BEGIN INFORMATION GIVEN

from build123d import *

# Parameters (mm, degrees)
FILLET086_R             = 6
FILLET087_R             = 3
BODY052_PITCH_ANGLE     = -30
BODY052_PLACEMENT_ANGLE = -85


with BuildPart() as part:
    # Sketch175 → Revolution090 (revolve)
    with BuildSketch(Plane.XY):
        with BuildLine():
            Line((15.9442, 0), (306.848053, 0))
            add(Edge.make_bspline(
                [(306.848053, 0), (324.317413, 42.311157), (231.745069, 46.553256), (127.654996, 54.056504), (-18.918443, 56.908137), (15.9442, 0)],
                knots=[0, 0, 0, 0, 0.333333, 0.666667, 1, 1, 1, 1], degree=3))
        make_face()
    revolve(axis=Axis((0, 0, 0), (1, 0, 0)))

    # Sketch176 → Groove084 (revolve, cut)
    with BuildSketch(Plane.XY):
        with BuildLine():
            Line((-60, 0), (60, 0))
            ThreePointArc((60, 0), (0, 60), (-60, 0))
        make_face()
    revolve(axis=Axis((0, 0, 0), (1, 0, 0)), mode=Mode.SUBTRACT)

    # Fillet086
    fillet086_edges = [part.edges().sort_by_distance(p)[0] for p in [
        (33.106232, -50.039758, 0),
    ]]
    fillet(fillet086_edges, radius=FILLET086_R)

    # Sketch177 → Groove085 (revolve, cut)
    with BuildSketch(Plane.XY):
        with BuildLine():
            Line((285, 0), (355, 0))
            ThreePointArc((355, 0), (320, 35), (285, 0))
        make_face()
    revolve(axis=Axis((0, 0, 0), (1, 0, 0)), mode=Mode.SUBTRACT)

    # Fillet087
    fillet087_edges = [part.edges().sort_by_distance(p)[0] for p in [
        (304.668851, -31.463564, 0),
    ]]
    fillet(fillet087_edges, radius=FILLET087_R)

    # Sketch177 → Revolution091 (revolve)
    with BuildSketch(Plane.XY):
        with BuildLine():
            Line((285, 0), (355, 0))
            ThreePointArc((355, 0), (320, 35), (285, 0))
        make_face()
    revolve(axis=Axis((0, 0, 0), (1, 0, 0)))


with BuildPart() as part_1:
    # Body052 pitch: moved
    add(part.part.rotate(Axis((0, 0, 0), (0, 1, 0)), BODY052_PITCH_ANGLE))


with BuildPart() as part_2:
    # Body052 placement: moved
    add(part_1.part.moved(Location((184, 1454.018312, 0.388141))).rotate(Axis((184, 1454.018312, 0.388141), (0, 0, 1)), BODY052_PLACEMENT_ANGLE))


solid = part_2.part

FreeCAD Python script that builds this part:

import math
import FreeCAD as App
import Part
import Sketcher
from FreeCAD import Vector
Q = App.Units.Quantity


def edges_at(feature, points):
    """Names of the edges that pass closest to the given points."""
    edges = feature.Shape.Edges
    near = lambda p: min(range(len(edges)), key=lambda i: edges[i].distToShape(Part.Vertex(*p))[0])
    return sorted({f"Edge{near(p) + 1}" for p in points})

doc = App.newDocument("Part")
body = doc.addObject("PartDesign::Body", "Body")

sketch1 = body.newObject("Sketcher::SketchObject", "Sketch")
sketch1.AttachmentSupport = (doc.getObject("XY_Plane"), [""])
sketch1.MapMode = "FlatFace"
sketch1.addGeometry([
    Part.LineSegment(Vector(15.9442, 0, 0), Vector(306.848053, 0, 0)),
    Part.BSplineCurve([Vector(306.848053, 0, 0), Vector(324.317413, 42.311157, 0), Vector(231.745069, 46.553256, 0), Vector(127.654996, 54.056504, 0), Vector(-18.918443, 56.908137, 0), Vector(15.9442, 0, 0)], [4, 1, 1, 4], [0, 0.333333, 0.666667, 1], False, 3, [1, 1, 1, 1, 1, 1], False),
], False)
sketch1.addConstraint([
    Sketcher.Constraint("Block", 1),
    Sketcher.Constraint("Coincident", 0, 1, 1, 2),
    Sketcher.Constraint("Coincident", 1, 1, 0, 2),
])
revolution = body.newObject("PartDesign::Revolution", "Revolution")
revolution.Profile = sketch1
revolution.ReferenceAxis = (sketch1, ["H_Axis"])
revolution.Angle = 360

sketch2 = body.newObject("Sketcher::SketchObject", "Sketch001")
sketch2.AttachmentSupport = (doc.getObject("XY_Plane"), [""])
sketch2.MapMode = "FlatFace"
sketch2.addGeometry([
    Part.LineSegment(Vector(-60, 0, 0), Vector(60, 0, 0)),
    Part.ArcOfCircle(Part.Circle(Vector(0, 0, 0), Vector(0, 0, 1), 60), math.radians(0), math.radians(180)),
], False)
sketch2.addConstraint([
    Sketcher.Constraint("Coincident", 0, 1, 1, 2),
    Sketcher.Constraint("Coincident", 1, 1, 0, 2),
    Sketcher.Constraint("Horizontal", 0),
    Sketcher.Constraint("Coincident", 1, 3, -1, 1),
    Sketcher.Constraint("PointOnObject", 0, 1, -1),
    Sketcher.Constraint("Radius", 1, Q("60 mm")),
])
groove = body.newObject("PartDesign::Groove", "Groove")
groove.Profile = sketch2
groove.ReferenceAxis = (sketch2, ["H_Axis"])
groove.Angle = 360
doc.recompute()

fillet = body.newObject("PartDesign::Fillet", "Fillet")
fillet.Base = (groove, edges_at(groove, [(33.106, -50.04, 0)]))
fillet.Radius = 6

sketch3 = body.newObject("Sketcher::SketchObject", "Sketch002")
sketch3.AttachmentSupport = (doc.getObject("XY_Plane"), [""])
sketch3.MapMode = "FlatFace"
sketch3.addGeometry([
    Part.LineSegment(Vector(285, 0, 0), Vector(355, 0, 0)),
    Part.ArcOfCircle(Part.Circle(Vector(320, 0, 0), Vector(0, 0, 1), 35), math.radians(0), math.radians(180)),
], False)
sketch3.addConstraint([
    Sketcher.Constraint("Coincident", 0, 1, 1, 2),
    Sketcher.Constraint("Coincident", 1, 1, 0, 2),
    Sketcher.Constraint("Horizontal", 0),
    Sketcher.Constraint("PointOnObject", 1, 3, -1),
    Sketcher.Constraint("PointOnObject", 0, 1, -1),
    Sketcher.Constraint("Radius", 1, Q("35 mm")),
    Sketcher.Constraint("DistanceX", -1, 1, 1, 3, Q("320 mm")),
])
groove2 = body.newObject("PartDesign::Groove", "Groove001")
groove2.Profile = sketch3
groove2.ReferenceAxis = (sketch3, ["H_Axis"])
groove2.Angle = 360
doc.recompute()

fillet2 = body.newObject("PartDesign::Fillet", "Fillet001")
fillet2.Base = (groove2, edges_at(groove2, [(304.669, -31.464, 0)]))
fillet2.Radius = 3

sketch4 = body.newObject("Sketcher::SketchObject", "Sketch003")
sketch4.AttachmentSupport = (doc.getObject("XY_Plane"), [""])
sketch4.MapMode = "FlatFace"
sketch4.addGeometry([
    Part.LineSegment(Vector(285, 0, 0), Vector(355, 0, 0)),
    Part.ArcOfCircle(Part.Circle(Vector(320, 0, 0), Vector(0, 0, 1), 35), math.radians(0), math.radians(180)),
], False)
sketch4.addConstraint([
    Sketcher.Constraint("Coincident", 0, 1, 1, 2),
    Sketcher.Constraint("Coincident", 1, 1, 0, 2),
    Sketcher.Constraint("Horizontal", 0),
    Sketcher.Constraint("PointOnObject", 1, 3, -1),
    Sketcher.Constraint("PointOnObject", 0, 1, -1),
    Sketcher.Constraint("Radius", 1, Q("35 mm")),
    Sketcher.Constraint("DistanceX", -1, 1, 1, 3, Q("320 mm")),
])
revolution2 = body.newObject("PartDesign::Revolution", "Revolution001")
revolution2.Profile = sketch4
revolution2.ReferenceAxis = (sketch4, ["H_Axis"])
revolution2.Angle = 360
body2 = doc.addObject("PartDesign::Body", "Body001")
doc.recompute()

body.Placement = App.Placement(Vector(0, 0, 0), App.Rotation(Vector(0, 1, 0), 330))
boolean = body2.newObject("PartDesign::Boolean", "Boolean")
boolean.Type = "Fuse"
boolean.addObjects([body])
body3 = doc.addObject("PartDesign::Body", "Body002")
doc.recompute()

body2.Placement = App.Placement(Vector(184, 1454.018312, 0.388141), App.Rotation(Vector(0, 0, 1), 275))
boolean2 = body3.newObject("PartDesign::Boolean", "Boolean001")
boolean2.Type = "Fuse"
boolean2.addObjects([body2])

doc.recompute()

END INFORMATION GIVEN

Only the lines above from the line containing "# Body052 placement: moved" through the line containing "FreeCAD Python script" should be retyped, exactly and with both ends included.

    # Body052 placement: moved
    add(part_1.part.moved(Location((184, 1454.018312, 0.388141))).rotate(Axis((184, 1454.018312, 0.388141), (0, 0, 1)), BODY052_PLACEMENT_ANGLE))


solid = part_2.part

FreeCAD Python script that builds this part:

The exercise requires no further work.